*ACTION ITEM*:
In the data below, find the line containing "circle A2 centre (12.7, -25.4)", then set down that line and every later line up to and including the line containing "arc A12 (-20.0253, -68.9766)", exactly.

*INFORMATION SUPPLIED*:
==========
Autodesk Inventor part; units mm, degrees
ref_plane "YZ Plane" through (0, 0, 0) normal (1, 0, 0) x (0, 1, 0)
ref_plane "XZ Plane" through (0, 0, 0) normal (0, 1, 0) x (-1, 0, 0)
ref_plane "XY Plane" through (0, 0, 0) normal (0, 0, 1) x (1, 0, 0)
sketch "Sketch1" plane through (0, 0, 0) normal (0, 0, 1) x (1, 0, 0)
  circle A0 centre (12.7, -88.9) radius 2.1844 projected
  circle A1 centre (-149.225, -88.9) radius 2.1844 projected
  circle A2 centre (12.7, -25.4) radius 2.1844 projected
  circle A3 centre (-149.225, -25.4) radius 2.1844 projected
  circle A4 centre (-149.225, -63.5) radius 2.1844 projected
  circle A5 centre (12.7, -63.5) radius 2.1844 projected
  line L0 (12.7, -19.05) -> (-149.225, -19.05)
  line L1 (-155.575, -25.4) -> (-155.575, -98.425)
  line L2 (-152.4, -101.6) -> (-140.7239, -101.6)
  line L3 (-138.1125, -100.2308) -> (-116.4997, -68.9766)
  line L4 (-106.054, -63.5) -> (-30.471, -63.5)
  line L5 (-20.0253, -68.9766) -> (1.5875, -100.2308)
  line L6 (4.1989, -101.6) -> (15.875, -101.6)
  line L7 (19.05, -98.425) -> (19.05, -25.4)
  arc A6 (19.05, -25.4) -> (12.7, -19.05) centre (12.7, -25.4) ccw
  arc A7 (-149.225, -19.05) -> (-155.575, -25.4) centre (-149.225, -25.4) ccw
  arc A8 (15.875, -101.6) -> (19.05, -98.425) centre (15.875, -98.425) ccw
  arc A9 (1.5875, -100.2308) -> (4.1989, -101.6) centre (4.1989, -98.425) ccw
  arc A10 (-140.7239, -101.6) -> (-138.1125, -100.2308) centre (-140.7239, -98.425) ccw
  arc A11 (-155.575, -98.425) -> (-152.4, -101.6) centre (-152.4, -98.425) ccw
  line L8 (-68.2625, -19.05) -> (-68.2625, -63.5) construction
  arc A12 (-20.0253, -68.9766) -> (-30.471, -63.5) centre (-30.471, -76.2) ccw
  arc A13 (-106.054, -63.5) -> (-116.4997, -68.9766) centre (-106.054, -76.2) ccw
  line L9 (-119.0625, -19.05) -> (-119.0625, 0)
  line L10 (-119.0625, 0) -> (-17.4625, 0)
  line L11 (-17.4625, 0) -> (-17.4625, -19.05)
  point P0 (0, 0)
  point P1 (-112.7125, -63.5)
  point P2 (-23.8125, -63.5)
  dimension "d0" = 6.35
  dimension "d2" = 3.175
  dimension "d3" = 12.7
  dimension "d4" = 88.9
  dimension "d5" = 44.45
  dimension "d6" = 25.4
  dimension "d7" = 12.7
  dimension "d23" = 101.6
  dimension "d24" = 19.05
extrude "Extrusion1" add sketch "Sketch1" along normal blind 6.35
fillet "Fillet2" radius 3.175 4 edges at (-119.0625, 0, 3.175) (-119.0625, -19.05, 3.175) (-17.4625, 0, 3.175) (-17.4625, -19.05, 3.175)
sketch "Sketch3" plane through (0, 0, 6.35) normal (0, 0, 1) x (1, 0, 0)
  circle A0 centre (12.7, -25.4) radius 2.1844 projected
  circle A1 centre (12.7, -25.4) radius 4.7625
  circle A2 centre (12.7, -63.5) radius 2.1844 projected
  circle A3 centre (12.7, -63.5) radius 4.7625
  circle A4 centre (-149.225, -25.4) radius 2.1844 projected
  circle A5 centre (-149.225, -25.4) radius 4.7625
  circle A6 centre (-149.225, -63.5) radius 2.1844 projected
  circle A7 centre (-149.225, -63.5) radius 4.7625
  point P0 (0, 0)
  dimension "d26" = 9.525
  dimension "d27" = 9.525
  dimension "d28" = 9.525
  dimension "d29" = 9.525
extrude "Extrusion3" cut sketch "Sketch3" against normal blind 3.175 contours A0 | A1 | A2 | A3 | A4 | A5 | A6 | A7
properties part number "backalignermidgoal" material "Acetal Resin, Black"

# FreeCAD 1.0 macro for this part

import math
import FreeCAD as App
import Part
import Sketcher

V = App.Vector
Q = App.Units.Quantity


def edges_at(feature, points):
    """Names of the edges that pass closest to the given points."""
    edges = feature.Shape.Edges
    near = lambda p: min(range(len(edges)), key=lambda i: edges[i].distToShape(Part.Vertex(*p))[0])
    return sorted({f"Edge{near(p) + 1}" for p in points})

doc = App.newDocument("Part")
body = doc.addObject("PartDesign::Body", "Body")

# Sketch on XY plane
sketch1 = doc.addObject("Sketcher::SketchObject", "Sketch")
body.addObject(sketch1)
sketch1.AttachmentSupport = (doc.XY_Plane, [""])
sketch1.MapMode = "FlatFace"
sketch1.addGeometry([
    Part.ArcOfCircle(Part.Circle(V(12.7, -25.4, 0), V(0, 0, 1), 6.35), math.radians(0), math.radians(90)),  # 0
    Part.LineSegment(V(12.7, -19.05, 0), V(-17.4625, -19.05, 0)),  # 1
    Part.LineSegment(V(-17.4625, -19.05, 0), V(-17.4625, 0, 0)),  # 2
    Part.LineSegment(V(-17.4625, 0, 0), V(-119.0625, 0, 0)),  # 3
    Part.LineSegment(V(-119.0625, 0, 0), V(-119.0625, -19.05, 0)),  # 4
    Part.LineSegment(V(-119.0625, -19.05, 0), V(-149.225, -19.05, 0)),  # 5
    Part.ArcOfCircle(Part.Circle(V(-149.225, -25.4, 0), V(0, 0, 1), 6.35), math.radians(90), math.radians(180)),  # 6
    Part.LineSegment(V(-155.575, -25.4, 0), V(-155.575, -98.425, 0)),  # 7
    Part.ArcOfCircle(Part.Circle(V(-152.4, -98.425, 0), V(0, 0, 1), 3.175), math.radians(180), math.radians(270)),  # 8
    Part.LineSegment(V(-152.4, -101.6, 0), V(-140.7239, -101.6, 0)),  # 9
    Part.ArcOfCircle(Part.Circle(V(-140.7239, -98.425, 0), V(0, 0, 1), 3.175), math.radians(-90), math.radians(-34.664109)),  # 10
    Part.LineSegment(V(-138.1125, -100.2308, 0), V(-116.4997, -68.9766, 0)),  # 11
    Part.ArcOfCircle(Part.Circle(V(-106.054, -76.2, 0), V(0, 0, 1), 12.7), math.radians(90), math.radians(145.335405)),  # 12
    Part.LineSegment(V(-106.054, -63.5, 0), V(-30.471, -63.5, 0)),  # 13
    Part.ArcOfCircle(Part.Circle(V(-30.471, -76.2, 0), V(0, 0, 1), 12.700006), math.radians(34.664595), math.radians(90)),  # 14
    Part.LineSegment(V(-20.0253, -68.9766, 0), V(1.5875, -100.2308, 0)),  # 15
    Part.ArcOfCircle(Part.Circle(V(4.1989, -98.425, 0), V(0, 0, 1), 3.174953), math.radians(-145.335891), math.radians(-90)),  # 16
    Part.LineSegment(V(4.1989, -101.6, 0), V(15.875, -101.6, 0)),  # 17
    Part.ArcOfCircle(Part.Circle(V(15.875, -98.425, 0), V(0, 0, 1), 3.175), math.radians(-90), math.radians(0)),  # 18
    Part.LineSegment(V(19.05, -98.425, 0), V(19.05, -25.4, 0)),  # 19
    Part.Circle(V(-149.225, -88.9, 0), V(0, 0, 1), 2.1844),  # 20
    Part.Circle(V(-149.225, -63.5, 0), V(0, 0, 1), 2.1844),  # 21
    Part.Circle(V(12.7, -88.9, 0), V(0, 0, 1), 2.1844),  # 22
    Part.Circle(V(12.7, -63.5, 0), V(0, 0, 1), 2.1844),  # 23
    Part.Circle(V(-149.225, -25.4, 0), V(0, 0, 1), 2.1844),  # 24
    Part.Circle(V(12.7, -25.4, 0), V(0, 0, 1), 2.1844),  # 25
], False)
sketch1.addConstraint([
    Sketcher.Constraint("Tangent", 0, 2, 1, 1),
    Sketcher.Constraint("Coincident", 1, 2, 2, 1),
    Sketcher.Constraint("Coincident", 2, 2, 3, 1),
    Sketcher.Constraint("Coincident", 3, 2, 4, 1),
    Sketcher.Constraint("Coincident", 4, 2, 5, 1),
    Sketcher.Constraint("Tangent", 5, 2, 6, 1),
    Sketcher.Constraint("Tangent", 6, 2, 7, 1),
    Sketcher.Constraint("Tangent", 7, 2, 8, 1),
    Sketcher.Constraint("Tangent", 8, 2, 9, 1),
    Sketcher.Constraint("Tangent", 9, 2, 10, 1),
    Sketcher.Constraint("Tangent", 10, 2, 11, 1),
    Sketcher.Constraint("Tangent", 11, 2, 12, 2),
    Sketcher.Constraint("Tangent", 12, 1, 13, 1),
    Sketcher.Constraint("Tangent", 13, 2, 14, 2),
    Sketcher.Constraint("Tangent", 14, 1, 15, 1),
    Sketcher.Constraint("Tangent", 15, 2, 16, 1),
    Sketcher.Constraint("Tangent", 16, 2, 17, 1),
    Sketcher.Constraint("Tangent", 17, 2, 18, 1),
    Sketcher.Constraint("Tangent", 18, 2, 19, 1),
    Sketcher.Constraint("Tangent", 19, 2, 0, 1),
    Sketcher.Constraint("Horizontal", 1),
    Sketcher.Constraint("Vertical", 2),
    Sketcher.Constraint("Horizontal", 3),
    Sketcher.Constraint("Vertical", 4),
    Sketcher.Constraint("Horizontal", 5),
    Sketcher.Constraint("Vertical", 7),
    Sketcher.Constraint("Horizontal", 9),
    Sketcher.Constraint("Horizontal", 13),
    Sketcher.Constraint("Horizontal", 17),
    Sketcher.Constraint("Vertical", 19),
    Sketcher.Constraint("Coincident", 24, 3, 6, 3),
    Sketcher.Constraint("Coincident", 25, 3, 0, 3),
    Sketcher.Constraint("Equal", 0, 6),
    Sketcher.Constraint("Equal", 8, 10),
    Sketcher.Constraint("Equal", 12, 14),
    Sketcher.Constraint("Equal", 10, 16),
    Sketcher.Constraint("Equal", 16, 18),
    Sketcher.Constraint("Equal", 20, 21),
    Sketcher.Constraint("Equal", 21, 22),
    Sketcher.Constraint("Equal", 22, 23),
    Sketcher.Constraint("Equal", 23, 24),
    Sketcher.Constraint("Equal", 24, 25),
    Sketcher.Constraint("PointOnObject", 2, 2, -1),
    Sketcher.Constraint("Horizontal", 0, 3, 6, 3),
    Sketcher.Constraint("Horizontal", 10, 3, 16, 3),
    Sketcher.Constraint("Horizontal", 20, 3, 22, 3),
    Sketcher.Constraint("Horizontal", 21, 3, 23, 3),
    Sketcher.Constraint("Horizontal", 23, 3, 12, 1),
    Sketcher.Constraint("Horizontal", 11, 2, 14, 1),
    Sketcher.Constraint("Vertical", 6, 3, 20, 3),
    Sketcher.Constraint("Vertical", 20, 3, 21, 3),
    Sketcher.Constraint("Vertical", 0, 3, 22, 3),
    Sketcher.Constraint("Vertical", 22, 3, 23, 3),
    Sketcher.Constraint("Equal", 1, 5),
    Sketcher.Constraint("Equal", 9, 17),
    Sketcher.Constraint("Radius", 12, Q("0.5 in")),
    Sketcher.Constraint("DistanceX", 3, 2, 3, 1, Q("4 in")),
    Sketcher.Constraint("Radius", 0, Q("0.25 in")),
    Sketcher.Constraint("DistanceY", 0, 3, -1, 1, Q("1 in")),
    Sketcher.Constraint("DistanceY", 8, 2, -1, 1, Q("4 in")),
    Sketcher.Constraint("Radius", 8, Q("0.125 in")),
    Sketcher.Constraint("DistanceY", 20, 3, 21, 3, Q("1 in")),
    Sketcher.Constraint("DistanceX", -1, 1, 0, 3, Q("0.5 in")),
    Sketcher.Constraint("DistanceY", 20, 3, -1, 1, Q("3.5 in")),
    Sketcher.Constraint("Diameter", 20, Q("0.172 in")),
    Sketcher.Constraint("DistanceX", 8, 3, -1, 1, Q("6 in")),
    Sketcher.Constraint("DistanceX", 9, 1, 9, 2, Q("0.4597 in")),
    Sketcher.Constraint("DistanceX", 13, 1, 13, 2, Q("2.9757 in")),
])
pad1 = doc.addObject("PartDesign::Pad", "Pad")
body.addObject(pad1)
pad1.Profile = sketch1
pad1.Length = Q("0.25 in")
doc.recompute()

fillet = doc.addObject("PartDesign::Fillet", "Fillet")
body.addObject(fillet)
fillet.Base = (pad1, edges_at(pad1, [
    (-119.062, 0, 3.175),
    (-119.062, -19.05, 3.175),
    (-17.462, 0, 3.175),
    (-17.462, -19.05, 3.175),
]))
fillet.Radius = Q("0.125 in")

# Sketch on XY plane
sketch2 = doc.addObject("Sketcher::SketchObject", "Sketch001")
body.addObject(sketch2)
sketch2.AttachmentSupport = (doc.XY_Plane, [""])
sketch2.MapMode = "FlatFace"
sketch2.AttachmentOffset = App.Placement(V(0, 0, 0.25 * 25.4), App.Rotation())
sketch2.addGeometry([
    Part.Circle(V(12.7, -25.4, 0), V(0, 0, 1), 4.7625),
    Part.Circle(V(12.7, -63.5, 0), V(0, 0, 1), 4.7625),
    Part.Circle(V(-149.225, -25.4, 0), V(0, 0, 1), 4.7625),
    Part.Circle(V(-149.225, -63.5, 0), V(0, 0, 1), 4.7625),
], False)
sketch2.addConstraint([
    Sketcher.Constraint("Equal", 0, 1),
    Sketcher.Constraint("Equal", 1, 2),
    Sketcher.Constraint("Equal", 2, 3),
    Sketcher.Constraint("Horizontal", 0, 3, 2, 3),
    Sketcher.Constraint("Horizontal", 1, 3, 3, 3),
    Sketcher.Constraint("Vertical", 0, 3, 1, 3),
    Sketcher.Constraint("Vertical", 2, 3, 3, 3),
    Sketcher.Constraint("Diameter", 0, Q("0.375 in")),
    Sketcher.Constraint("DistanceY", 0, 3, -1, 1, Q("1 in")),
    Sketcher.Constraint("DistanceX", -1, 1, 0, 3, Q("0.5 in")),
    Sketcher.Constraint("DistanceY", 1, 3, -1, 1, Q("2.5 in")),
    Sketcher.Constraint("DistanceX", 2, 3, -1, 1, Q("5.875 in")),
])
pocket1 = doc.addObject("PartDesign::Pocket", "Pocket")
body.addObject(pocket1)
pocket1.Profile = sketch2
pocket1.Length = Q("0.125 in")

doc.recompute()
==========
*EXPECTED ANSWER*:
  circle A2 centre (12.7, -25.4) radius 2.1844 projected
  circle A3 centre (-149.225, -25.4) radius 2.1844 projected
  circle A4 centre (-149.225, -63.5) radius 2.1844 projected
  circle A5 centre (12.7, -63.5) radius 2.1844 projected
  line L0 (12.7, -19.05) -> (-149.225, -19.05)
  line L1 (-155.575, -25.4) -> (-155.575, -98.425)
  line L2 (-152.4, -101.6) -> (-140.7239, -101.6)
  line L3 (-138.1125, -100.2308) -> (-116.4997, -68.9766)
  line L4 (-106.054, -63.5) -> (-30.471, -63.5)
  line L5 (-20.0253, -68.9766) -> (1.5875, -100.2308)
  line L6 (4.1989, -101.6) -> (15.875, -101.6)
  line L7 (19.05, -98.425) -> (19.05, -25.4)
  arc A6 (19.05, -25.4) -> (12.7, -19.05) centre (12.7, -25.4) ccw
  arc A7 (-149.225, -19.05) -> (-155.575, -25.4) centre (-149.225, -25.4) ccw
  arc A8 (15.875, -101.6) -> (19.05, -98.425) centre (15.875, -98.425) ccw
  arc A9 (1.5875, -100.2308) -> (4.1989, -101.6) centre (4.1989, -98.425) ccw
  arc A10 (-140.7239, -101.6) -> (-138.1125, -100.2308) centre (-140.7239, -98.425) ccw
  arc A11 (-155.575, -98.425) -> (-152.4, -101.6) centre (-152.4, -98.425) ccw
  line L8 (-68.2625, -19.05) -> (-68.2625, -63.5) construction
  arc A12 (-20.0253, -68.9766) -> (-30.471, -63.5) centre (-30.471, -76.2) ccw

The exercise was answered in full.